Мариенбад - Шолом Алейхем
Шрифт:
Интервал:
Закладка:
Но ты не думай, Хаим, что я пишу тебе в таком тоне потому, что мне досадно. Ты отлично знаешь, что я не похожа на мою сестру Ханцю, которая оплакивает свою молодость и проклинает себя. Я только хочу заметить тебе, что «лечение» в Мариенбаде не может быть успешным, если не слушают указаний врача, если играют по целым дням в карты и принимают близко к сердцу интересы чужих жен, за которыми нужно присматривать, чтобы они, не дай бог, не причинили себе вреда…

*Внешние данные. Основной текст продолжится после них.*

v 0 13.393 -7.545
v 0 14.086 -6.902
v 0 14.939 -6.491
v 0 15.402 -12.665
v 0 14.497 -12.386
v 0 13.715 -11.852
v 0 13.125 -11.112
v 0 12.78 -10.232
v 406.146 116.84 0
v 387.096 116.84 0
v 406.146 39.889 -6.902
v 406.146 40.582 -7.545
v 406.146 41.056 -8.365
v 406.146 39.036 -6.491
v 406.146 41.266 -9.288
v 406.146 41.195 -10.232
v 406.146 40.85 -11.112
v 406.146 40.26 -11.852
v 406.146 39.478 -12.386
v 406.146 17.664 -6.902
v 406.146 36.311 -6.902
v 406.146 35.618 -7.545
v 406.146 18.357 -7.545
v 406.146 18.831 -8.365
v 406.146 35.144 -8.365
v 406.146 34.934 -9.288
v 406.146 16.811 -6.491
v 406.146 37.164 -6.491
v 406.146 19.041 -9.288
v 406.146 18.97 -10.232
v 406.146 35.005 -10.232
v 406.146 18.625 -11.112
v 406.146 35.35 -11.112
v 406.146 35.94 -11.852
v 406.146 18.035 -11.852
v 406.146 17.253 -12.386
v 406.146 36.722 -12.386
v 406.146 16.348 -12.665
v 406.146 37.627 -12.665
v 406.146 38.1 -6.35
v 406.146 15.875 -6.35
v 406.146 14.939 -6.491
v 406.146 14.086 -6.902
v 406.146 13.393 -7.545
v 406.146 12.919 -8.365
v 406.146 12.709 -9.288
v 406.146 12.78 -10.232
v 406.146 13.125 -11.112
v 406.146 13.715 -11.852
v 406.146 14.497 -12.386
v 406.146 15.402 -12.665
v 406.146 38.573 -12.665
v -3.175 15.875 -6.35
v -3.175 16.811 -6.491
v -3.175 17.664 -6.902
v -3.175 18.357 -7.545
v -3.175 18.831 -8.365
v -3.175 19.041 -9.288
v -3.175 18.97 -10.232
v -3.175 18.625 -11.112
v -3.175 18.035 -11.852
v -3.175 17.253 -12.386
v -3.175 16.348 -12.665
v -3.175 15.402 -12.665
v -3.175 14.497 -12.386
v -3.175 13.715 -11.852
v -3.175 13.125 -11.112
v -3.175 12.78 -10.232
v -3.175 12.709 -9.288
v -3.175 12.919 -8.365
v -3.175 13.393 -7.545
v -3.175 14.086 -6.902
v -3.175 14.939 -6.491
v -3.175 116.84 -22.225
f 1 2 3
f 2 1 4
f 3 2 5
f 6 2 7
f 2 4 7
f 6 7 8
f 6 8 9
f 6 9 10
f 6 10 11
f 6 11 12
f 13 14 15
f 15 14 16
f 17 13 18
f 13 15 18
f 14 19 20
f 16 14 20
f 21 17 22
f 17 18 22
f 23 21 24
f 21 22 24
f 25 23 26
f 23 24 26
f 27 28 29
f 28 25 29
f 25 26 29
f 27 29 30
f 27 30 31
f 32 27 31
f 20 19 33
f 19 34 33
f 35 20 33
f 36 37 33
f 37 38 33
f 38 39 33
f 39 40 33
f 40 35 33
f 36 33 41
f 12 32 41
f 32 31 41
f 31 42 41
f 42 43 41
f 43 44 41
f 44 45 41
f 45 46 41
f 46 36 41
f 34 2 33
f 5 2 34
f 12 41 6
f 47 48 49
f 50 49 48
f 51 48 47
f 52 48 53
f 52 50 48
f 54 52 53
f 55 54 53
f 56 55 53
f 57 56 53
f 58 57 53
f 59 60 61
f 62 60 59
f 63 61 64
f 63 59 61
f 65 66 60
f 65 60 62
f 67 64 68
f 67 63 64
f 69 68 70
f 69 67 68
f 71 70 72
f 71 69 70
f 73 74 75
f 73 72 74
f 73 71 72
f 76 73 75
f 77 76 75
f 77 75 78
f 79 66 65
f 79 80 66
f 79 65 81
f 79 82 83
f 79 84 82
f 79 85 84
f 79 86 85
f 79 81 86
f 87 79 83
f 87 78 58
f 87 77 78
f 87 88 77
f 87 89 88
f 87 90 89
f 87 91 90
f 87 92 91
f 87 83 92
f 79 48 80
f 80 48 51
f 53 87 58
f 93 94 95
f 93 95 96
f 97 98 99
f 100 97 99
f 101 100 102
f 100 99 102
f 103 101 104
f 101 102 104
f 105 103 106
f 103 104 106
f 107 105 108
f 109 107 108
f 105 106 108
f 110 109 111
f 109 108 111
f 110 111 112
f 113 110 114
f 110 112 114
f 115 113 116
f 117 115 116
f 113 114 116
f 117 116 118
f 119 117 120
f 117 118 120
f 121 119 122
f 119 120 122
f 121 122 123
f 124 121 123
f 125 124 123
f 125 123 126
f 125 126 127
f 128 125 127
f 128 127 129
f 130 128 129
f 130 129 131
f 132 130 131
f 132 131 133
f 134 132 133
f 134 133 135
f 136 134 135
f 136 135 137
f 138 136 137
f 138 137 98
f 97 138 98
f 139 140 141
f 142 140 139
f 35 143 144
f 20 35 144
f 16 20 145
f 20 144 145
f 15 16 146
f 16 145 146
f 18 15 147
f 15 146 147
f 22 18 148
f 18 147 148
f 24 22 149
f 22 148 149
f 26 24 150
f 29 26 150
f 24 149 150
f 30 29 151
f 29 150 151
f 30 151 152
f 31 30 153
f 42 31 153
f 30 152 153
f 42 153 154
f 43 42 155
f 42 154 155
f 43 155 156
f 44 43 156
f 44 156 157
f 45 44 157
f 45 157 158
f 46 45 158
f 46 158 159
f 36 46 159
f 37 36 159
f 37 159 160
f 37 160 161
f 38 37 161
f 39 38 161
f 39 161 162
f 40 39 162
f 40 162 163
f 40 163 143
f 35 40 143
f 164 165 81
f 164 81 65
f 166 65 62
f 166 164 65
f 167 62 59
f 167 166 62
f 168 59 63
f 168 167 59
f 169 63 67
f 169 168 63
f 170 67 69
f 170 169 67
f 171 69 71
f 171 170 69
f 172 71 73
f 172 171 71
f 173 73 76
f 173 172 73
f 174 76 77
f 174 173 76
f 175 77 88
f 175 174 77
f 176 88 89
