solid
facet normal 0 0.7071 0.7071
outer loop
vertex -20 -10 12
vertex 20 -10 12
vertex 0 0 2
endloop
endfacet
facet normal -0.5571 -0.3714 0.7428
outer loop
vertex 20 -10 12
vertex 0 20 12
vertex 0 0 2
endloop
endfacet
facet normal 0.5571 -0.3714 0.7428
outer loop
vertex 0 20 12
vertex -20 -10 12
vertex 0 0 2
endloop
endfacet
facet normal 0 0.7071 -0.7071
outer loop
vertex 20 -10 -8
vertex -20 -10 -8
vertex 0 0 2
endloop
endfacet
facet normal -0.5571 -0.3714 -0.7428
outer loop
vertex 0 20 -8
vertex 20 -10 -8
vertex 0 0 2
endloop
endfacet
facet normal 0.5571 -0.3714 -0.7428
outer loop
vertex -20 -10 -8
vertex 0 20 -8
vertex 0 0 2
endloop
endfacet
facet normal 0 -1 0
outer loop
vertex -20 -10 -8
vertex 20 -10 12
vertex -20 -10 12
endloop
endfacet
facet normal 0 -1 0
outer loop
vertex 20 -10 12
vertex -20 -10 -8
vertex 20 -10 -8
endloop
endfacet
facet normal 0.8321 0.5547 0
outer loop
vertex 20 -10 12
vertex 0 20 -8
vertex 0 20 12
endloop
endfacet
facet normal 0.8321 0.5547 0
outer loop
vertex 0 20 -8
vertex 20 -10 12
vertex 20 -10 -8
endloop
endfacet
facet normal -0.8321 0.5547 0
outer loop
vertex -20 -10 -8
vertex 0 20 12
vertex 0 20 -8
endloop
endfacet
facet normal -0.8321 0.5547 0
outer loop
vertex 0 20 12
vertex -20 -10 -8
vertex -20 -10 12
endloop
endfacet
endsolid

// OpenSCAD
translate([0, 0, 2]) scale(10) polyhedron(
    points=[
        [ 0, 0,  0],

        [-2,-1, +1],
        [+2,-1, +1],
        [ 0,+2, +1],

        [-2,-1, -1],
        [+2,-1, -1],
        [ 0,+2, -1],
    ],
    faces=[
        [0, 2, 1],
        [0, 3, 2],
        [0, 1, 3],

        [0, 4, 5],
        [0, 5, 6],
        [0, 6, 4],

        [1, 2, 5, 4],
        [2, 3, 6, 5],
        [3, 1, 4, 6],
    ]
);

Читая твои красноречивые и длинные письма, адресованные твоим «добрым друзьям», я вспомнила иные счастливые времена, которые, к сожалению, никогда больше не вернутся… Когда-то, помню, ты и мне писал длинные любовные и сердечные письма. Теперь ты так пишешь другим, а от меня отделываешься несколькими строчками либо молчишь по целым неделям. Но – молчу! Я совсем забыла, что тебе некогда. У тебя, у бедного, столько забот в этом «постылом» Мариенбаде, упаси и помилуй бог!..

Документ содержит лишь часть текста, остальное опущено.